Гита не стала спорить с Меликой – после всего, что было, разве с ней поспоришь? Все-таки правильно она придумала Мелику с собой взять. Самой ей Тюльпан было не найти, прошла бы в двух шагах – и ничего не увидела. Верно Лид говорил – нецелованным надо быть, нецелованным. Как Мелика.
Вот уже и лесок замаячил – совсем близко. А там – бегом домой, благо под горку идти легче. Небось уже и стадо с косогора привели… При мысли о теплом парном молоке у Гиты сладко засосало под ложечкой. Молоко, творог, дырчатый спелый сыр – Гита замечталась об ужине и едва устояла на ногах, оскользнувшись на луже наемницкой кровавой блевотины.
Теперь они шли молча. Экономили силы – Поля оказались слишком уж обширными.
– Вот сейчас за этот холм зайдем – а там уже и дорога, – пообещала Гита.
Но она ошиблась. Никакой дороги за холмом не было. Лишь новые невеселые картинки.
– А вот наш меч стоит… Постой, но он же в другой стороне вроде остался. Так?

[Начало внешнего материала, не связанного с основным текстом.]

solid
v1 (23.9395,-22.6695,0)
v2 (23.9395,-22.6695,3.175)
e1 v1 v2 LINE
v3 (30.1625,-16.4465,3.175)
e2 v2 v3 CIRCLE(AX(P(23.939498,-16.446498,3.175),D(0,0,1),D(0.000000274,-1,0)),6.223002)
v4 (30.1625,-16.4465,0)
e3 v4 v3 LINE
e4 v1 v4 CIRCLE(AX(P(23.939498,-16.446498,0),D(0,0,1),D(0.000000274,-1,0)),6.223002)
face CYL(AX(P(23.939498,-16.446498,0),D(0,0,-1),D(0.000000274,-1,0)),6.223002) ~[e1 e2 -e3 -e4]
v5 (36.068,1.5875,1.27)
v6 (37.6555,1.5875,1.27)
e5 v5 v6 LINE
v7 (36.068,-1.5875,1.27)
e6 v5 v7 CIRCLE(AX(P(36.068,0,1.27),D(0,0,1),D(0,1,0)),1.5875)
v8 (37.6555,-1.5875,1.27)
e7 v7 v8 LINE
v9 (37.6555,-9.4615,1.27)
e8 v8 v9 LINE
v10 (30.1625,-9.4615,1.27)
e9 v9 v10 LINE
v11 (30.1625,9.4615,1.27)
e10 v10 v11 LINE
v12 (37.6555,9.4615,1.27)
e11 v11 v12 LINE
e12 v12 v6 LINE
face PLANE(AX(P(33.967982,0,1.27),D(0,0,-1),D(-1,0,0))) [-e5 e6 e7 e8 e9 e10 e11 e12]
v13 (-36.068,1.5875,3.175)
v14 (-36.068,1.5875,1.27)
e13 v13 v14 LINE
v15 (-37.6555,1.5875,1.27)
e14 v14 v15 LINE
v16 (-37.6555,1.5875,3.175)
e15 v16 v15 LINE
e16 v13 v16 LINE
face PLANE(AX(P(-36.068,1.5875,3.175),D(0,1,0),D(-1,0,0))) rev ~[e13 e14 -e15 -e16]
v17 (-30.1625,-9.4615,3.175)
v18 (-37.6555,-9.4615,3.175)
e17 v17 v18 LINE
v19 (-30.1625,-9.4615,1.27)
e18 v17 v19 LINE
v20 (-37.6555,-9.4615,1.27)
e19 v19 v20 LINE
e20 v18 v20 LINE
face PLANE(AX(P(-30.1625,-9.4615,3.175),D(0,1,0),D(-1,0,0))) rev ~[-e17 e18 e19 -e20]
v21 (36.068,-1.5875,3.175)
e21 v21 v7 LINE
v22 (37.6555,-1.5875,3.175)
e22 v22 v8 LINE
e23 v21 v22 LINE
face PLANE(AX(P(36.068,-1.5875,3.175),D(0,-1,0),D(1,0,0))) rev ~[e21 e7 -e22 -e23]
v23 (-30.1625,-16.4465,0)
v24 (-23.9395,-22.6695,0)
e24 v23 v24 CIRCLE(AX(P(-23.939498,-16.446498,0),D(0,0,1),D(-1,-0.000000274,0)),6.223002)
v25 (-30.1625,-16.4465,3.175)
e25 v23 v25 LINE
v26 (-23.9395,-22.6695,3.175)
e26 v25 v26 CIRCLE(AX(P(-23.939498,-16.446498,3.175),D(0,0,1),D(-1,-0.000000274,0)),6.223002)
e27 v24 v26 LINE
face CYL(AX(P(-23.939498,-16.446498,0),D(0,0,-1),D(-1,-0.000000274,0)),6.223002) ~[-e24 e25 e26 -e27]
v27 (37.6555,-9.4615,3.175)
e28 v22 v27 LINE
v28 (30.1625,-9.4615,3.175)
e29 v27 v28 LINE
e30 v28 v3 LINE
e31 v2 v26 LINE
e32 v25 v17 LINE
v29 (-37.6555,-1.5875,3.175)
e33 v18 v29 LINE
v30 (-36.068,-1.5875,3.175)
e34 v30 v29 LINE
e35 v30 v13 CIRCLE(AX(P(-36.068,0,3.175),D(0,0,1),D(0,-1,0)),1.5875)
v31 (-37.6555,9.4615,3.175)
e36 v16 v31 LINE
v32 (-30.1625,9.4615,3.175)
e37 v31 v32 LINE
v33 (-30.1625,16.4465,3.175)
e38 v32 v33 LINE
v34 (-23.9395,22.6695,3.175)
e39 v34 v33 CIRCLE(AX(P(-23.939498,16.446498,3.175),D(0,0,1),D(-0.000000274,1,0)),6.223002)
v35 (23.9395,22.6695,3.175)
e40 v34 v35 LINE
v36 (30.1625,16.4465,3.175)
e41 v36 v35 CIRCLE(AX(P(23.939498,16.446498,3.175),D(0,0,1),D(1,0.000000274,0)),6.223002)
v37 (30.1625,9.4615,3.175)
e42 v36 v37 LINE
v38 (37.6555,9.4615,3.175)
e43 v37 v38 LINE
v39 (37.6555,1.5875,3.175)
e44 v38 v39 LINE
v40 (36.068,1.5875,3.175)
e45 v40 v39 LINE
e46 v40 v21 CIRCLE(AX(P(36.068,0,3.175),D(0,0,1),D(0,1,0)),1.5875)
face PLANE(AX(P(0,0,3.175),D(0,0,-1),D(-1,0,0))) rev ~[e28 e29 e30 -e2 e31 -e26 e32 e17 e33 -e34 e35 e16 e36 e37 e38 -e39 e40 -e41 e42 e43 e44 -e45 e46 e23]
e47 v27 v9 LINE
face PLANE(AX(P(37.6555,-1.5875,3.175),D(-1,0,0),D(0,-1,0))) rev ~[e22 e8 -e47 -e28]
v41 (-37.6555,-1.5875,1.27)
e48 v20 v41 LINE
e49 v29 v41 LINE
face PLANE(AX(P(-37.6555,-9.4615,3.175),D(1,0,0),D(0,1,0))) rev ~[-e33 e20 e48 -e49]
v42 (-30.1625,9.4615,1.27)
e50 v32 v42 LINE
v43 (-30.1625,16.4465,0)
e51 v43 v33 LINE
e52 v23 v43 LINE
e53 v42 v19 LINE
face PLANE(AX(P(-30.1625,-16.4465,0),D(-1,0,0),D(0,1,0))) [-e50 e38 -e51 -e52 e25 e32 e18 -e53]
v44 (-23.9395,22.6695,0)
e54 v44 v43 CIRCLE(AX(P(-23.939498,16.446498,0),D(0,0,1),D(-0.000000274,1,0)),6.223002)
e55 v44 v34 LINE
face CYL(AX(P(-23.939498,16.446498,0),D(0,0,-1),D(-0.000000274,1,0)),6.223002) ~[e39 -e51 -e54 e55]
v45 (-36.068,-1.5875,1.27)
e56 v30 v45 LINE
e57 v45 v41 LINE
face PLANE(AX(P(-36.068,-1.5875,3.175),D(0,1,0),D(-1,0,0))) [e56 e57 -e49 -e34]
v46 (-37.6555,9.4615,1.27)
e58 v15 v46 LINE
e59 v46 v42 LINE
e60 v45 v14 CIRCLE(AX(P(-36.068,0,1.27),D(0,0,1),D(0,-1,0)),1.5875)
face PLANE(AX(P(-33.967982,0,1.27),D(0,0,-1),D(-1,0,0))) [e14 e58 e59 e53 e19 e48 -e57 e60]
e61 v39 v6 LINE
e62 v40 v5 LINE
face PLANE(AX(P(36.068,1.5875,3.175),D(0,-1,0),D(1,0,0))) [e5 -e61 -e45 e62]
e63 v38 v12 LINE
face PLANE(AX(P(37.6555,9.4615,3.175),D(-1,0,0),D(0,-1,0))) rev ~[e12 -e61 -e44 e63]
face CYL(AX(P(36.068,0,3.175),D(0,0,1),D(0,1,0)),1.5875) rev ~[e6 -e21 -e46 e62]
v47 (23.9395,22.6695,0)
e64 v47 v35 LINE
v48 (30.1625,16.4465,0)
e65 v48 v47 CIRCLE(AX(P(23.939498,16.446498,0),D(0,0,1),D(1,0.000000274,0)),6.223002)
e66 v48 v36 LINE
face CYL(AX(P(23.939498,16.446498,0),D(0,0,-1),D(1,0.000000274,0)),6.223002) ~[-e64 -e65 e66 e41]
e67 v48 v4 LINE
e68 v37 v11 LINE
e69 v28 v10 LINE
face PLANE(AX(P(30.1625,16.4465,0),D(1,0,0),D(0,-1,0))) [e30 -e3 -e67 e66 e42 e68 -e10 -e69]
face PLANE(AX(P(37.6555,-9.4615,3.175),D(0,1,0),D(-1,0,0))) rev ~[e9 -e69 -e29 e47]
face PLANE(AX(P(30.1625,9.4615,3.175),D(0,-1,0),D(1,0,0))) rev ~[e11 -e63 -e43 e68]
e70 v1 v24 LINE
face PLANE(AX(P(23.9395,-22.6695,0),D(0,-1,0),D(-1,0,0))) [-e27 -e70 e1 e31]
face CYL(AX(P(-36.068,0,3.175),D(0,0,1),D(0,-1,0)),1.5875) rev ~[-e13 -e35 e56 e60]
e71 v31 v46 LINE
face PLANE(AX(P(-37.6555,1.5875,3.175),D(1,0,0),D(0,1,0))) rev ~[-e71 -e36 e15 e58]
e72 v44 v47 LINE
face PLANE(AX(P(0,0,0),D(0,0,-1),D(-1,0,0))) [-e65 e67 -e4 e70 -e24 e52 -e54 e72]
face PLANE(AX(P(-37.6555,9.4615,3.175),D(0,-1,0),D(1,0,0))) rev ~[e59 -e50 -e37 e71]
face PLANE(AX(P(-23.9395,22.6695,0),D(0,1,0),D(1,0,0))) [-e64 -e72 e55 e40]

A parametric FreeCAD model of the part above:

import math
import FreeCAD as App
import Part
import Sketcher

V = App.Vector
Q = App.Units.Quantity

doc = App.newDocument("Part")
params = doc.addObject("Spreadsheet::Sheet", "Params")
for row, (alias, value) in enumerate([
    ("sketch1_radius", "0.2450001 in"),
    ("sketch1_width", "1.885 in"),
    ("sketch1_height", "1.295 in"),
    ("pad1_length", "0.125 in"),
    ("sketch2_radius", "0.0625 in"),
    ("sketch2_height", "0.31 in"),
    ("sketch2_width", "0.295 in"),
    ("sketch2_width2", "0.0625 in"),
    ("pad2_length", "0.075 in"),
], start=1):
    params.set(f"A{row}", alias)
    params.set(f"B{row}", "=" + value)
    params.setAlias(f"B{row}", alias)

body = doc.addObject("PartDesign::Body", "Body")

sketch1 = body.newObject("Sketcher::SketchObject", "Sketch")
sketch1.AttachmentSupport = (doc.getObject("XY_Plane"), [""])
sketch1.MapMode = "FlatFace"
sketch1.addGeometry(Part.LineSegment(V(-30.1625, 16.4465, 0), V(-30.1625, -16.4465, 0)), False)
sketch1.addGeometry(Part.ArcOfCircle(Part.Circle(V(-23.939498, -16.446498, 0), V(0, 0, 1), 6.223002), math.radians(-179.999984), math.radians(-90.000016)), False)
sketch1.addGeometry(Part.LineSegment(V(-23.9395, -22.6695, 0), V(23.9395, -22.6695, 0)), False)
sketch1.addGeometry(Part.ArcOfCircle(Part.Circle(V(23.939498, -16.446498, 0), V(0, 0, 1), 6.223002), math.radians(-89.999984), math.radians(-0.000016)), False)
sketch1.addGeometry(Part.LineSegment(V(30.1625, -16.4465, 0), V(30.1625, 16.4465, 0)), False)
sketch1.addGeometry(Part.ArcOfCircle(Part.Circle(V(23.939498, 16.446498, 0), V(0, 0, 1), 6.223002), math.radians(0.000016), math.radians(89.999984)), False)
sketch1.addGeometry(Part.LineSegment(V(23.9395, 22.6695, 0), V(-23.9395, 22.6695, 0)), False)
sketch1.addGeometry(Part.ArcOfCircle(Part.Circle(V(-23.939498, 16.446498, 0), V(0, 0, 1), 6.223002), math.radians(90.000016), math.radians(179.999984)), False)
sketch1.addConstraint(Sketcher.Constraint("Tangent", 0, 2, 1, 1))
sketch1.addConstraint(Sketcher.Constraint("Tangent", 1, 2, 2, 1))
sketch1.addConstraint(Sketcher.Constraint("Tangent", 2, 2, 3, 1))
sketch1.addConstraint(Sketcher.Constraint("Tangent", 3, 2, 4, 1))
sketch1.addConstraint(Sketcher.Constraint("Tangent", 4, 2, 5, 1))
sketch1.addConstraint(Sketcher.Constraint("Tangent", 5, 2, 6, 1))
sketch1.addConstraint(Sketcher.Constraint("Tangent", 6, 2, 7, 1))
sketch1.addConstraint(Sketcher.Constraint("Tangent", 7, 2, 0, 1))
sketch1.addConstraint(Sketcher.Constraint("Vertical", 0))
sketch1.addConstraint(Sketcher.Constraint("Horizontal", 2))
sketch1.addConstraint(Sketcher.Constraint("Vertical", 4))
sketch1.addConstraint(Sketcher.Constraint("Horizontal", 6))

Найденный и покинутый меч, венчающий татуированную пшеничноволосую башню, светил мертвенным зеленым светом, от которого на глазной сетчатке словно бы тухлая испарина выступала – так казалось Мелике. А Гите привиделось, будто меч издевательски подмигнул ей своим вредным зеленым глазом, – в этот момент ею овладело почти непреодолимое желание забрать найденыша, забрать, несмотря даже на отчетливое, невесть откуда идущее «нельзя».